The relationship cycle typical of extreme narcissistic abuse generally follows a pattern. Individuals in emotionally abusive relationships experience a dizzying whirlwind that includes three stages: idealization, devaluing, and discarding. This cycle can repeat numerous times, spinning a merry-go-round of emotional vertigo for those caught in such relationships.
In the beginning of a romantic relationship with a person affected by narcissism, an individual may describe the initial infatuation stage as “otherworldly.” The emotional high can feel like a drug cocktail as potent as cocaine, heroin, and ecstasy, all rolled into one noxious dose that lasts a few weeks, months, or in some cases a year or slightly more. Targets of narcissistic abuse report feeling as if they have found their soulmate and can’t believe their good fortune that this seductive courtesan has elevated them to soaring heights upon a pedestal. “Love bombing” is a phrase describing this stage, in which the narcissistic person may smother the target with praise, courting, intense sex, vacations, promises of a future together, and designation, essentially, as the most special person ever.
Soon the relationship proceeds into a more comfortable rhythm. Perhaps the sex continues at a high intensity or it may begin to wane a bit. Gradually, the target begins to see bright red flags that indicate a problem in this fantastical paradise. The person with narcissism often may begin—subtly, insidiously, and covertly—to devalue his or her significant other. This may happen via putdowns, gaslighting, intermittently lacking emotional or physical intimacy, withdrawing affection, seductive withholding, inexplicably disappearing from contact, or blaming the target for the narcissistic person’s issues (projection).
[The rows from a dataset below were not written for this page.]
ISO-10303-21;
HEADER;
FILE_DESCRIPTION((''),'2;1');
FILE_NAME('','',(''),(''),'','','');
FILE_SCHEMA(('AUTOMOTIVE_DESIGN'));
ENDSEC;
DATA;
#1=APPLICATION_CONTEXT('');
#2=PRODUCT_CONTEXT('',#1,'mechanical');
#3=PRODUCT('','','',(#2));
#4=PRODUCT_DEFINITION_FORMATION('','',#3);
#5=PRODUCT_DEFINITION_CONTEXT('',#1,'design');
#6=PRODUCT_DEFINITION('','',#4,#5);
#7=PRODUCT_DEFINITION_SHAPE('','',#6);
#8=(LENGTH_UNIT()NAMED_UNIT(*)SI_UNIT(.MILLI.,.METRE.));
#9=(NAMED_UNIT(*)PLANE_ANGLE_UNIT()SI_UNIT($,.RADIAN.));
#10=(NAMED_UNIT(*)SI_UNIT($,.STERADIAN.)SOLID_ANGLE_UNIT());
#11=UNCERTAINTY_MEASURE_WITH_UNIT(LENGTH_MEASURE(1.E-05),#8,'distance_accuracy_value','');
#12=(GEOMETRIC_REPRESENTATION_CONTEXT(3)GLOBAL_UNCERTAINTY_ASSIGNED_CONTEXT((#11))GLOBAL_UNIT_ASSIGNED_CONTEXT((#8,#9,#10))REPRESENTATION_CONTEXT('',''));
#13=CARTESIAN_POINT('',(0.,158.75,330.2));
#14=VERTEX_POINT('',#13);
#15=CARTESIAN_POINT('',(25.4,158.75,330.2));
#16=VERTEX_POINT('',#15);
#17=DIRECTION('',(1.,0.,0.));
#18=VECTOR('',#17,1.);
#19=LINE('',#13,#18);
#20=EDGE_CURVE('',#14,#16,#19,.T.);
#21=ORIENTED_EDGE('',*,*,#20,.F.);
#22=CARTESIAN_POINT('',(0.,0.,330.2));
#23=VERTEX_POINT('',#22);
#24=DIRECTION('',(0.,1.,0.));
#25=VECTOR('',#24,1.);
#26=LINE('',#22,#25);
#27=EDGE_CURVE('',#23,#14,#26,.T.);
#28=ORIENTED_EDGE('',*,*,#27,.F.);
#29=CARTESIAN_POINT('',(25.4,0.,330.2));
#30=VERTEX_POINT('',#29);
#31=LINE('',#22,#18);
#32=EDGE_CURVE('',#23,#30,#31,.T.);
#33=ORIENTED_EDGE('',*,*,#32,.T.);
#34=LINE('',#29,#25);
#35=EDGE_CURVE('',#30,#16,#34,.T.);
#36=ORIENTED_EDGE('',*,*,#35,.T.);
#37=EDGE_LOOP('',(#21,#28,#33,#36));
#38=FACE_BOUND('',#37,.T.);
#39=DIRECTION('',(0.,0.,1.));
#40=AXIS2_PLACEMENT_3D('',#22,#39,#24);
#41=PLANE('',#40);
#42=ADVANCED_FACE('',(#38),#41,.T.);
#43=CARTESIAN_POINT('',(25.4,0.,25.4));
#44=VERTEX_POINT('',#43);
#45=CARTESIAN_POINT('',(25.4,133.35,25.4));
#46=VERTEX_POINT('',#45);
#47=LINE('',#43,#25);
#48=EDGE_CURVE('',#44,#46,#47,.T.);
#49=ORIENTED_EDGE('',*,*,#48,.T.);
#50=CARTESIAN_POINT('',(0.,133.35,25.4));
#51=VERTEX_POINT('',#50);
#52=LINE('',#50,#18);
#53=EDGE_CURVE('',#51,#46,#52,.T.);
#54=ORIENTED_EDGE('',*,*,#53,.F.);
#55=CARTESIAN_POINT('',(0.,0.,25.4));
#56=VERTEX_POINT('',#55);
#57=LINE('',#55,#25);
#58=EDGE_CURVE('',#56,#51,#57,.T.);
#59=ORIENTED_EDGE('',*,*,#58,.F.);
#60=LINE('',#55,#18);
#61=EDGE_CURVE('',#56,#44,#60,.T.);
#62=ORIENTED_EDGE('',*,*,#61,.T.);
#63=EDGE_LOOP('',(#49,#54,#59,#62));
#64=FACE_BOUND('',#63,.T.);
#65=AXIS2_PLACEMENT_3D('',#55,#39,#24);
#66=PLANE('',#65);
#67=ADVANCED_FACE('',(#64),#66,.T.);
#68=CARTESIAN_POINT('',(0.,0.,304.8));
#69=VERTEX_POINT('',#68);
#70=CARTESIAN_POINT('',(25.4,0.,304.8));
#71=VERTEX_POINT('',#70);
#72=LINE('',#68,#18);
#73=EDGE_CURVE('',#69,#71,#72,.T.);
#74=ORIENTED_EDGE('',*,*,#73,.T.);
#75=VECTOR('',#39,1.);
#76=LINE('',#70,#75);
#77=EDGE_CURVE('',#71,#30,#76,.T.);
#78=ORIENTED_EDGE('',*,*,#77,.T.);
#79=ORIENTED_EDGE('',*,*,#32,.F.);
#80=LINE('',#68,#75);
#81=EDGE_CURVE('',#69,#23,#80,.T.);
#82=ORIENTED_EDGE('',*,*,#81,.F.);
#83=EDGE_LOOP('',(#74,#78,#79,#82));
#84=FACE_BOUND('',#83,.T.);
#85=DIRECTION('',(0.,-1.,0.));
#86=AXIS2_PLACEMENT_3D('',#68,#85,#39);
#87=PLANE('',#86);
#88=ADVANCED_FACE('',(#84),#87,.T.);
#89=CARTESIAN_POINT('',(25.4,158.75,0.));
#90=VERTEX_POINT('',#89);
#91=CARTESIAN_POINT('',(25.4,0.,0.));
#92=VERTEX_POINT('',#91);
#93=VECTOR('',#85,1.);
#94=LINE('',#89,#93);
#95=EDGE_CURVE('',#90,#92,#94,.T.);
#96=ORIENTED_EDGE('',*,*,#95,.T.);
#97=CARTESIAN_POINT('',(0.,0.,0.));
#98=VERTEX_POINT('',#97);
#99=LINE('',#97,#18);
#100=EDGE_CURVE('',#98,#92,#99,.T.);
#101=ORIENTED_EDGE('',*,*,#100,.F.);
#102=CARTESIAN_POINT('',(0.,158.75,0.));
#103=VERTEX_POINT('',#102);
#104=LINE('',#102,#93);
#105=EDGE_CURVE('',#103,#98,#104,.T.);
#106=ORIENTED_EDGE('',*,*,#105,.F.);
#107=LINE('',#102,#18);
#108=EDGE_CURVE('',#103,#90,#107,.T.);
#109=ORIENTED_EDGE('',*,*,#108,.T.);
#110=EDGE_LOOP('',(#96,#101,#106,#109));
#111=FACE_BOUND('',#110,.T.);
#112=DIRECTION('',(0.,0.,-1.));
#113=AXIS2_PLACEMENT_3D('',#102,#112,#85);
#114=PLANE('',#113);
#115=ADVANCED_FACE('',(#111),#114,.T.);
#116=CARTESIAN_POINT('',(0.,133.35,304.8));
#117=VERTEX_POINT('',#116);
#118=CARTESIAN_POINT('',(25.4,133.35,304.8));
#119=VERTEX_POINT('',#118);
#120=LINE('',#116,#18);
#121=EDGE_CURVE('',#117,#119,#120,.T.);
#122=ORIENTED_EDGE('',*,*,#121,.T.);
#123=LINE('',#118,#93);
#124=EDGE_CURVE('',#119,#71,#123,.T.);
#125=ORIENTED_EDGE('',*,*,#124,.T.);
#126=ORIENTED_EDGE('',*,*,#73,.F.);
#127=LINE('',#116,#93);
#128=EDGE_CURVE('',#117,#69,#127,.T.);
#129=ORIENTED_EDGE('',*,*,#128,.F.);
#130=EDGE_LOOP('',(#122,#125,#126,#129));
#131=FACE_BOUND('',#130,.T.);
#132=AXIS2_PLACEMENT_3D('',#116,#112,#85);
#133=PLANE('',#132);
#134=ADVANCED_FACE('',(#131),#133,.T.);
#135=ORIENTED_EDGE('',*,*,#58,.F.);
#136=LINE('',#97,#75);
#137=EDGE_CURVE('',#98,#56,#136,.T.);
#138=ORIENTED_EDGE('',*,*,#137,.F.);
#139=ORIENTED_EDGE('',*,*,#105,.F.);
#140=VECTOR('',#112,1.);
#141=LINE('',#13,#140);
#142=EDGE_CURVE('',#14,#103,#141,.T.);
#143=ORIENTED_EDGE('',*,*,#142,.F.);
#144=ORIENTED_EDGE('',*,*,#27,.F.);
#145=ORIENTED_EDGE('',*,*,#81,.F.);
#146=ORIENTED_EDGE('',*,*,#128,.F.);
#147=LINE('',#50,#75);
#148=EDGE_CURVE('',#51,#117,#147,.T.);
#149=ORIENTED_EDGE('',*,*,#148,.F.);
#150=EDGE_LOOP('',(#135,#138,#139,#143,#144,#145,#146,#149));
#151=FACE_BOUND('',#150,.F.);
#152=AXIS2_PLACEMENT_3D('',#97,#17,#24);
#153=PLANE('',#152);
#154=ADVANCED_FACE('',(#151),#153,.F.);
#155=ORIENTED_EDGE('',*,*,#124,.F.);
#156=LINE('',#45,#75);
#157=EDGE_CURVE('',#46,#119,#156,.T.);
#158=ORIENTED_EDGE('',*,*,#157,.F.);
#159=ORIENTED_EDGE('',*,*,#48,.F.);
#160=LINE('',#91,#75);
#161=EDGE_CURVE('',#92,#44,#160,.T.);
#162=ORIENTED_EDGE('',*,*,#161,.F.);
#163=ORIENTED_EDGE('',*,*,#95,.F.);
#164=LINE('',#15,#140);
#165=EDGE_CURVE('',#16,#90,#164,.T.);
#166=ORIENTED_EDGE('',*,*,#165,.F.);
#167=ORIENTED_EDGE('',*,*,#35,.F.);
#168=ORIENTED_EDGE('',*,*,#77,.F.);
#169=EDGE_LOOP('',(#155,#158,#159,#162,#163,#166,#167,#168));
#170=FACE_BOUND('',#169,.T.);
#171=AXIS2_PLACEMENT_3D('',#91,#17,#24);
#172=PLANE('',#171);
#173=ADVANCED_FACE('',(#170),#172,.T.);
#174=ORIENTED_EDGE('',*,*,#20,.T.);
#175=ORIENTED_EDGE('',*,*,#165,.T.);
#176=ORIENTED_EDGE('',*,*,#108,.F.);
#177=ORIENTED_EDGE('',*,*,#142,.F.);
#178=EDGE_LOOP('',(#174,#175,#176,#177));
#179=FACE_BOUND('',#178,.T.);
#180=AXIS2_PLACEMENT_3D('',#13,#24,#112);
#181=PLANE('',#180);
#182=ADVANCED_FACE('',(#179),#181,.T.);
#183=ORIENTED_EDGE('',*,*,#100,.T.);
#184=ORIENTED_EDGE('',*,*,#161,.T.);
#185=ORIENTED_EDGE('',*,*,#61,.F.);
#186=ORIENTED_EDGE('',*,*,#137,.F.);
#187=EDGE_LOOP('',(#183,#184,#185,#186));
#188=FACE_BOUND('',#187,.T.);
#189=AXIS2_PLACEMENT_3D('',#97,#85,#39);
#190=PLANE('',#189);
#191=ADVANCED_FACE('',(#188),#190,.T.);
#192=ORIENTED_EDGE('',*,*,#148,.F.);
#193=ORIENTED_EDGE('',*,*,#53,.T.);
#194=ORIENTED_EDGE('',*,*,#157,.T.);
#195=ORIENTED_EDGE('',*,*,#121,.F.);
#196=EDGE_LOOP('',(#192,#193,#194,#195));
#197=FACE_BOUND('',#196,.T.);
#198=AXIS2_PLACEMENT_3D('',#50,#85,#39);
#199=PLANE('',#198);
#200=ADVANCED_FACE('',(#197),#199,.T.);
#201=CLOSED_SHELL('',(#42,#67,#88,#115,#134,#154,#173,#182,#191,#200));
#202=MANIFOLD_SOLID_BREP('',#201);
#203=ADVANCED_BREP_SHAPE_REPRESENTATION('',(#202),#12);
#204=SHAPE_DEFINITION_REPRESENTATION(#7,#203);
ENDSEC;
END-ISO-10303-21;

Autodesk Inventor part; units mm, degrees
ref_plane "YZ Plane" through (0, 0, 0) normal (1, 0, 0) x (0, 1, 0)
ref_plane "XZ Plane" through (0, 0, 0) normal (0, 1, 0) x (-1, 0, 0)
ref_plane "XY Plane" through (0, 0, 0) normal (0, 0, 1) x (1, 0, 0)
sketch "Sketch1" plane through (0, 0, 0) normal (1, 0, 0) x (0, 1, 0)
  line L0 (0, 0) -> (0, 25.4)
  line L1 (0, 25.4) -> (133.35, 25.4)
  line L2 (133.35, 25.4) -> (133.35, 304.8)
  line L3 (133.35, 304.8) -> (0, 304.8)
  line L4 (0, 304.8) -> (0, 330.2)
  line L5 (0, 330.2) -> (158.75, 330.2)
  line L6 (158.75, 330.2) -> (158.75, 0)
  line L7 (158.75, 0) -> (0, 0)
  dimension "d0" = 158.75
  dimension "d1" = 25.4
  dimension "d2" = 330.2
  dimension "d3" = 25.4
  dimension "d4" = 25.4
extrude "Extrusion1" add sketch "Sketch1" along normal blind 25.4
properties material "Aluminum 6061"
Ultimately, the person with narcissism discards his or her dating partner, who served as a source of narcissistic supply to fuel the ego of the individual with narcissistic issues. When the target asks for compromise, reciprocity, empathy, integrity, honesty, and boundaries (all healthy and valid requests that people with extreme narcissistic qualities generally do not engage in), the person with narcissism may decide that the target has lost his or her luster and is tarnished—no longer the “perfect partner” to fluff the ego feathers. Inevitably, the discarding occurs when the person with narcissism either disappears or orchestrates his or her own abandonment by engaging in some form of egregious emotional abuse. The outcome is often shocking for the survivor, unclear as to how someone that he or she fell so deeply in love with could throw it all away.
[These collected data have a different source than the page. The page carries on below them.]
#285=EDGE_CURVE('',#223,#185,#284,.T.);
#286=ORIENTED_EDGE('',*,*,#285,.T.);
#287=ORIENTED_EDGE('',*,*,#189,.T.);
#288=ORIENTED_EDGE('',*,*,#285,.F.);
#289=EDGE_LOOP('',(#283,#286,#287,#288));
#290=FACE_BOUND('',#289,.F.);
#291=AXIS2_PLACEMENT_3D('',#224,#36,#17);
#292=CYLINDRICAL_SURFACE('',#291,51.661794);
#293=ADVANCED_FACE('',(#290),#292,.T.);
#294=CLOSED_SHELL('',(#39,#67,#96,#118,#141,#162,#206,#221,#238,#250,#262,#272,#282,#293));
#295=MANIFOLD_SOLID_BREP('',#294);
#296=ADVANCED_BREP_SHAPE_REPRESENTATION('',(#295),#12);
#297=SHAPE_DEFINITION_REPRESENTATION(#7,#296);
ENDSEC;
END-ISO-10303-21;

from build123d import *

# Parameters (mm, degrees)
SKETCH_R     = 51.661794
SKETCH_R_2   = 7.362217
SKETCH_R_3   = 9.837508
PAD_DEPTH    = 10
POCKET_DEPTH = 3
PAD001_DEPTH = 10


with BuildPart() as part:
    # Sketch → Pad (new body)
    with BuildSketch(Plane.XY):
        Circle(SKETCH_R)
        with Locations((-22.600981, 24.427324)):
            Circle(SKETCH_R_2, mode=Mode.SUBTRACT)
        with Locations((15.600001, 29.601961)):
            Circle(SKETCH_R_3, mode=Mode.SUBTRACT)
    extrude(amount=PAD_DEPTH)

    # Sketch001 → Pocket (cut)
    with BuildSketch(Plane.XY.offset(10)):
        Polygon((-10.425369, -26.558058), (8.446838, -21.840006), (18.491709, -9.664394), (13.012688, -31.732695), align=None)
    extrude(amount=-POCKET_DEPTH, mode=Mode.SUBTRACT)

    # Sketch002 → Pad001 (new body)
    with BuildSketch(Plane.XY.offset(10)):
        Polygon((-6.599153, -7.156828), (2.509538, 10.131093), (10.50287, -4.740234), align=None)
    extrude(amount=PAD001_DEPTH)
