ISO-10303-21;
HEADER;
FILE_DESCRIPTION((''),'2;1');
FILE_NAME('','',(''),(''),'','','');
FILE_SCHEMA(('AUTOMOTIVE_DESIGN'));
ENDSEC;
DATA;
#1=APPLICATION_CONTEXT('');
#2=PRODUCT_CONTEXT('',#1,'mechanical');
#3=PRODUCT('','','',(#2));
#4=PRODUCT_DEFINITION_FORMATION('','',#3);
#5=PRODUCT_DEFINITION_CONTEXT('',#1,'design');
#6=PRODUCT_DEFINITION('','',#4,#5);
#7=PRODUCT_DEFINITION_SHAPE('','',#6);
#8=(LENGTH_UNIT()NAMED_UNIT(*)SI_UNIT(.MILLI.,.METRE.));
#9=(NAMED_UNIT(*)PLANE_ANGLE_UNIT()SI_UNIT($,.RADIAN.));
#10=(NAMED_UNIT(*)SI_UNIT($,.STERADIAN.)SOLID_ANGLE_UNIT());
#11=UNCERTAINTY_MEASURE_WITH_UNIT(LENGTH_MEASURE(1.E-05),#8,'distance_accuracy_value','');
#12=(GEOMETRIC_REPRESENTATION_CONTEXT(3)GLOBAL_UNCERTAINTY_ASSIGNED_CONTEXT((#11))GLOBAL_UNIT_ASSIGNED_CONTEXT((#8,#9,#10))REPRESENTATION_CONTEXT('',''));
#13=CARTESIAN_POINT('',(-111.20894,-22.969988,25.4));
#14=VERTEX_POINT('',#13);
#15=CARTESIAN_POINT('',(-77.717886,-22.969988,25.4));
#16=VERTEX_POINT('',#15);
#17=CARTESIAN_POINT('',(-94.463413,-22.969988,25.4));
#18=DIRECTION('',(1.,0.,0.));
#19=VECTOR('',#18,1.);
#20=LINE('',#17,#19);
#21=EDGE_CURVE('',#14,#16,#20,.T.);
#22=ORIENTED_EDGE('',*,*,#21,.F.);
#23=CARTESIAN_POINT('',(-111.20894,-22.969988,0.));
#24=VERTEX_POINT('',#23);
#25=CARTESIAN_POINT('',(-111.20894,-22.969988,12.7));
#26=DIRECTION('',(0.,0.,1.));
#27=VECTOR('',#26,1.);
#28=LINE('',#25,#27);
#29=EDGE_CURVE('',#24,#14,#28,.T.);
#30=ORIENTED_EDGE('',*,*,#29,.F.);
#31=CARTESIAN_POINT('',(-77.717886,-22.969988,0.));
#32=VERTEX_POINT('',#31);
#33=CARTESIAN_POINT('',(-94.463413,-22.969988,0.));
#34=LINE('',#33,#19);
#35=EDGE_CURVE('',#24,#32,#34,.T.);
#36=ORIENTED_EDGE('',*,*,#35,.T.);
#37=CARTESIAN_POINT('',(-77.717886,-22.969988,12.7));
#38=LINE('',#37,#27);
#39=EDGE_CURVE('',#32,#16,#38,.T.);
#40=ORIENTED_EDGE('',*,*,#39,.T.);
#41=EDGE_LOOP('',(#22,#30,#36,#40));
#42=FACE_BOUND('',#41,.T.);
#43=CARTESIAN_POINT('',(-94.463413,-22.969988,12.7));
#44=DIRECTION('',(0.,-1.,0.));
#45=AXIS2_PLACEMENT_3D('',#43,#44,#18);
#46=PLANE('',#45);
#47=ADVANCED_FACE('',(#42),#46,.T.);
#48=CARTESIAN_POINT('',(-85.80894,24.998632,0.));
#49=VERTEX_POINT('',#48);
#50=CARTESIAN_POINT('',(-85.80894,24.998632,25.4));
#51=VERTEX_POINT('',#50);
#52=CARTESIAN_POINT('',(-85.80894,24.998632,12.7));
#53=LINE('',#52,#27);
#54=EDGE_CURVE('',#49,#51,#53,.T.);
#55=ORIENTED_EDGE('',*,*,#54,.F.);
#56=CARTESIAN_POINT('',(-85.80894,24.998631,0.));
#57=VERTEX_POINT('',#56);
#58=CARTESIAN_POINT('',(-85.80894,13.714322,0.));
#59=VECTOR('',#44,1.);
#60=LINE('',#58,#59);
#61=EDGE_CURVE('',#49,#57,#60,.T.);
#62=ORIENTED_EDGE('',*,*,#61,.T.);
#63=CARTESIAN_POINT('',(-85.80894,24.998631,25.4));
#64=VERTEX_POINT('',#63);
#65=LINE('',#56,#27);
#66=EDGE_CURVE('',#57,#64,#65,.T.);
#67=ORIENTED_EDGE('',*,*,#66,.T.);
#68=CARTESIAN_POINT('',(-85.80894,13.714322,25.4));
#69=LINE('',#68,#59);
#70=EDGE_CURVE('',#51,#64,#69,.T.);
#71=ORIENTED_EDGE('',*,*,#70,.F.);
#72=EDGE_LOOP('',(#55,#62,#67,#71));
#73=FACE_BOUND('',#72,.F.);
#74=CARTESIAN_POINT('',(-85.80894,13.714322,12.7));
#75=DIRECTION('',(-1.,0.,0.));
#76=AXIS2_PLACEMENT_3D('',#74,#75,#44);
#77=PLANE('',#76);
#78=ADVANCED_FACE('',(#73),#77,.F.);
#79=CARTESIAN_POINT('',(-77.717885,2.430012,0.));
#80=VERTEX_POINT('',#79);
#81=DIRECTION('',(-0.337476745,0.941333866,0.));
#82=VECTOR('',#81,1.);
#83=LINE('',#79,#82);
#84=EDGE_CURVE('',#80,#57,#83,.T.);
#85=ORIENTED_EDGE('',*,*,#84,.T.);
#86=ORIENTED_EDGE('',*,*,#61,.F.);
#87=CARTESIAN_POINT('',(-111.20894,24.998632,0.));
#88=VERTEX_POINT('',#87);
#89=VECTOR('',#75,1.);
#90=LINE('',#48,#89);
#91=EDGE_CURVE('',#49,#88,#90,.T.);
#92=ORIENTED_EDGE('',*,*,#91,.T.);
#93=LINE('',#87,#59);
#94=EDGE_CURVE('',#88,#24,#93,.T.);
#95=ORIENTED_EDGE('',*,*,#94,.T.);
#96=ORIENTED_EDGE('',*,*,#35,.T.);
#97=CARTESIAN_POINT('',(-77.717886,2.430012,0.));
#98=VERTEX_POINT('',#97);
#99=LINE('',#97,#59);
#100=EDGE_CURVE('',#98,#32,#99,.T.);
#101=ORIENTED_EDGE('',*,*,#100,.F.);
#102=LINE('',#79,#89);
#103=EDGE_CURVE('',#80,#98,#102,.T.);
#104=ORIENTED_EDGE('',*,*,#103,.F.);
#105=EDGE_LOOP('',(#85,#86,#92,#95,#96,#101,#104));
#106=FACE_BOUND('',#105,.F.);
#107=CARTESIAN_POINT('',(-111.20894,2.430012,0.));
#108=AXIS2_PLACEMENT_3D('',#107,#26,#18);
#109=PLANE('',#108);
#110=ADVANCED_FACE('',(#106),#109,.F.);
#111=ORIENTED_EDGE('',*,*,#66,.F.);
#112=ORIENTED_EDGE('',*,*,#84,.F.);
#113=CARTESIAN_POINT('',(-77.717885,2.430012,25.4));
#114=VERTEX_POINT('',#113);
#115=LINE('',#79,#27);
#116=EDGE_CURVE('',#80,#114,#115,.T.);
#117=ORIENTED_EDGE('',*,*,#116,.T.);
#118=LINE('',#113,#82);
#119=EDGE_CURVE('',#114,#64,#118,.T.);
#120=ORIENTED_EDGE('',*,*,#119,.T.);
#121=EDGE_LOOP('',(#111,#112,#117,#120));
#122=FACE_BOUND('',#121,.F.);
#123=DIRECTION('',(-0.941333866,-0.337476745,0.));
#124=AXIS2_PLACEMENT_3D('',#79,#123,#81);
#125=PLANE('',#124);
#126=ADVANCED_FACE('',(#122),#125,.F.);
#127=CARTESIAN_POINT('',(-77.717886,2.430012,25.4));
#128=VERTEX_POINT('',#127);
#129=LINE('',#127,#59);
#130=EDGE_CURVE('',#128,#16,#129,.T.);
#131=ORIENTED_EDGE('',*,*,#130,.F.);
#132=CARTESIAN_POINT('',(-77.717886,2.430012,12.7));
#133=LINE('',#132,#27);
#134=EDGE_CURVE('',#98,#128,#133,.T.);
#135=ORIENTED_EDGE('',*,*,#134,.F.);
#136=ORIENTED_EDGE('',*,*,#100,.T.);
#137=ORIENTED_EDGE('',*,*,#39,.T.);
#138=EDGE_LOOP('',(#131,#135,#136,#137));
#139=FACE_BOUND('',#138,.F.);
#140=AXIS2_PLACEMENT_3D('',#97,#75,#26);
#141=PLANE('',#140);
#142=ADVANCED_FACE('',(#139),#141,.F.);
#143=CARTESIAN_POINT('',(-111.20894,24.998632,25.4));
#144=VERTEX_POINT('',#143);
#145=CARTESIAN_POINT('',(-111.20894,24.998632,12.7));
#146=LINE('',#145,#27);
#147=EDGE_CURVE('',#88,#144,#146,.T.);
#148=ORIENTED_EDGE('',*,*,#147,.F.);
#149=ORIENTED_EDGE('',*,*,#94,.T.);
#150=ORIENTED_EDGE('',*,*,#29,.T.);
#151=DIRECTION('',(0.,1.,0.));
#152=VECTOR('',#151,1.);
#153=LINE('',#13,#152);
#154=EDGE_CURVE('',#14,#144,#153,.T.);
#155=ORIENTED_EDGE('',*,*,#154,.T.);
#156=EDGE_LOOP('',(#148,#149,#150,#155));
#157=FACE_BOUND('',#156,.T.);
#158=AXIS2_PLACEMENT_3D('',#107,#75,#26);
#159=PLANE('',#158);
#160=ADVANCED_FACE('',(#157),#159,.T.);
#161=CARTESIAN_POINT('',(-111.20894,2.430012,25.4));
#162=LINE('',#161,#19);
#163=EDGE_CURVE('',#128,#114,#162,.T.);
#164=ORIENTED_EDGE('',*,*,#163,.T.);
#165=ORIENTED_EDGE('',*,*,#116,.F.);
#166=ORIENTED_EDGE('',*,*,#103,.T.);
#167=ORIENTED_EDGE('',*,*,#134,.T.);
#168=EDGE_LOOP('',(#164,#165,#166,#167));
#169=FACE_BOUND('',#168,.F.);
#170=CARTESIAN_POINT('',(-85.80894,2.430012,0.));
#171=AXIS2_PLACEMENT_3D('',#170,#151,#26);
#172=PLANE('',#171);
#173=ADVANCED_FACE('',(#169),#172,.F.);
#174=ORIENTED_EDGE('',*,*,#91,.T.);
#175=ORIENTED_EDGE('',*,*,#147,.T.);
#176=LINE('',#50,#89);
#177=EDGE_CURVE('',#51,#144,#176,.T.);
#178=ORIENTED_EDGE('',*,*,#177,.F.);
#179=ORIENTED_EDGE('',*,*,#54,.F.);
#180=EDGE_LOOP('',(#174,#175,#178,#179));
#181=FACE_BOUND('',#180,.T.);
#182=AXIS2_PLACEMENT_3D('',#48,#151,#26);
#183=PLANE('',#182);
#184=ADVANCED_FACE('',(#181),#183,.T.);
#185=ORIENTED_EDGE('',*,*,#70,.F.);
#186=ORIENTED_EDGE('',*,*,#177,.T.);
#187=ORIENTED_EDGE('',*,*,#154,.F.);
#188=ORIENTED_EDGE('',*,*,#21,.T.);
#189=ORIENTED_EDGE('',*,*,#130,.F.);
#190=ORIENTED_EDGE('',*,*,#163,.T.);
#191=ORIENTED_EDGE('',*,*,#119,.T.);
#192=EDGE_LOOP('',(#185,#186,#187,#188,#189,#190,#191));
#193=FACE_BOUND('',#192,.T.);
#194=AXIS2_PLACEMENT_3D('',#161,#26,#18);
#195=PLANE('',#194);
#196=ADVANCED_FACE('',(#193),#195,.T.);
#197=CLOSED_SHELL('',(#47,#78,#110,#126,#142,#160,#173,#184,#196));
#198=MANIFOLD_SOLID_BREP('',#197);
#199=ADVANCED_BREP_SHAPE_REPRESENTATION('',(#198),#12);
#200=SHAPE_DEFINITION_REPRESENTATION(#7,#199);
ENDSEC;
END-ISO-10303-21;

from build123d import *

# Parameters (mm, degrees)
F1_DEPTH  = 25.4
F1_FACE_W = 22.56862
F1_FACE_H = 25.4
F2_DEPTH  = 25.4
F2_FACE_W = 33.491054
F2_FACE_H = 25.4
F3_DEPTH  = 25.4


with BuildPart() as f1:
    # F0 (on Top) → F1 (new body)
    with BuildSketch(Plane.XY):
        Polygon((-77.717885, 2.430012), (-85.80894, 24.998631), (-85.80894, 2.430012), align=None)
    extrude(amount=F1_DEPTH)

    # F1_face (on face) → F2 (join)
    with BuildSketch(Plane(origin=(-85.80894, 13.714322, 12.7), x_dir=(0, -1, 0), z_dir=(-1, 0, 0))):
        Rectangle(F1_FACE_W, F1_FACE_H)
    extrude(amount=F2_DEPTH)

    # F2_face (on face) → F3 (join)
    with BuildSketch(Plane(origin=(-94.463413, 2.430012, 12.7), x_dir=(1, 0, 0), z_dir=(0, -1, 0))):
        Rectangle(F2_FACE_W, F2_FACE_H)
    extrude(amount=F3_DEPTH)


solid = f1.part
In most cases, survivors of narcissism were able to offer empathy, compassion, authenticity, honesty, reciprocity, and compromise during the relationship. People with narcissistic tendencies are drawn to such empathic, deeply feeling people and know that, on some level, they personally are lacking in emotional depth and substance. By being in a relationship with such a nurturing, loving person, the person with narcissism is able to consume that person’s authentic love and extract narcissistic supply. Once fed over the course of days, weeks, or months, the person with narcissism is satiated and may grow bored with his or her partner. He or she must secure the supply of another target, usually in short order.
Survivors can heal and move forward with the help of psychotherapy and support in narrating their story and resolving the trauma of emotional abuse. Understanding the dynamics of abuse empowers survivors to lessen any cognitive dissonance remaining as a result of gaslighting and other emotional abuse. Armed with knowledge, survivors understand the relationship cycle they endured and can move forward with enough protective armor such that they can jump off the merry-go-round of emotional abuse and be just fine.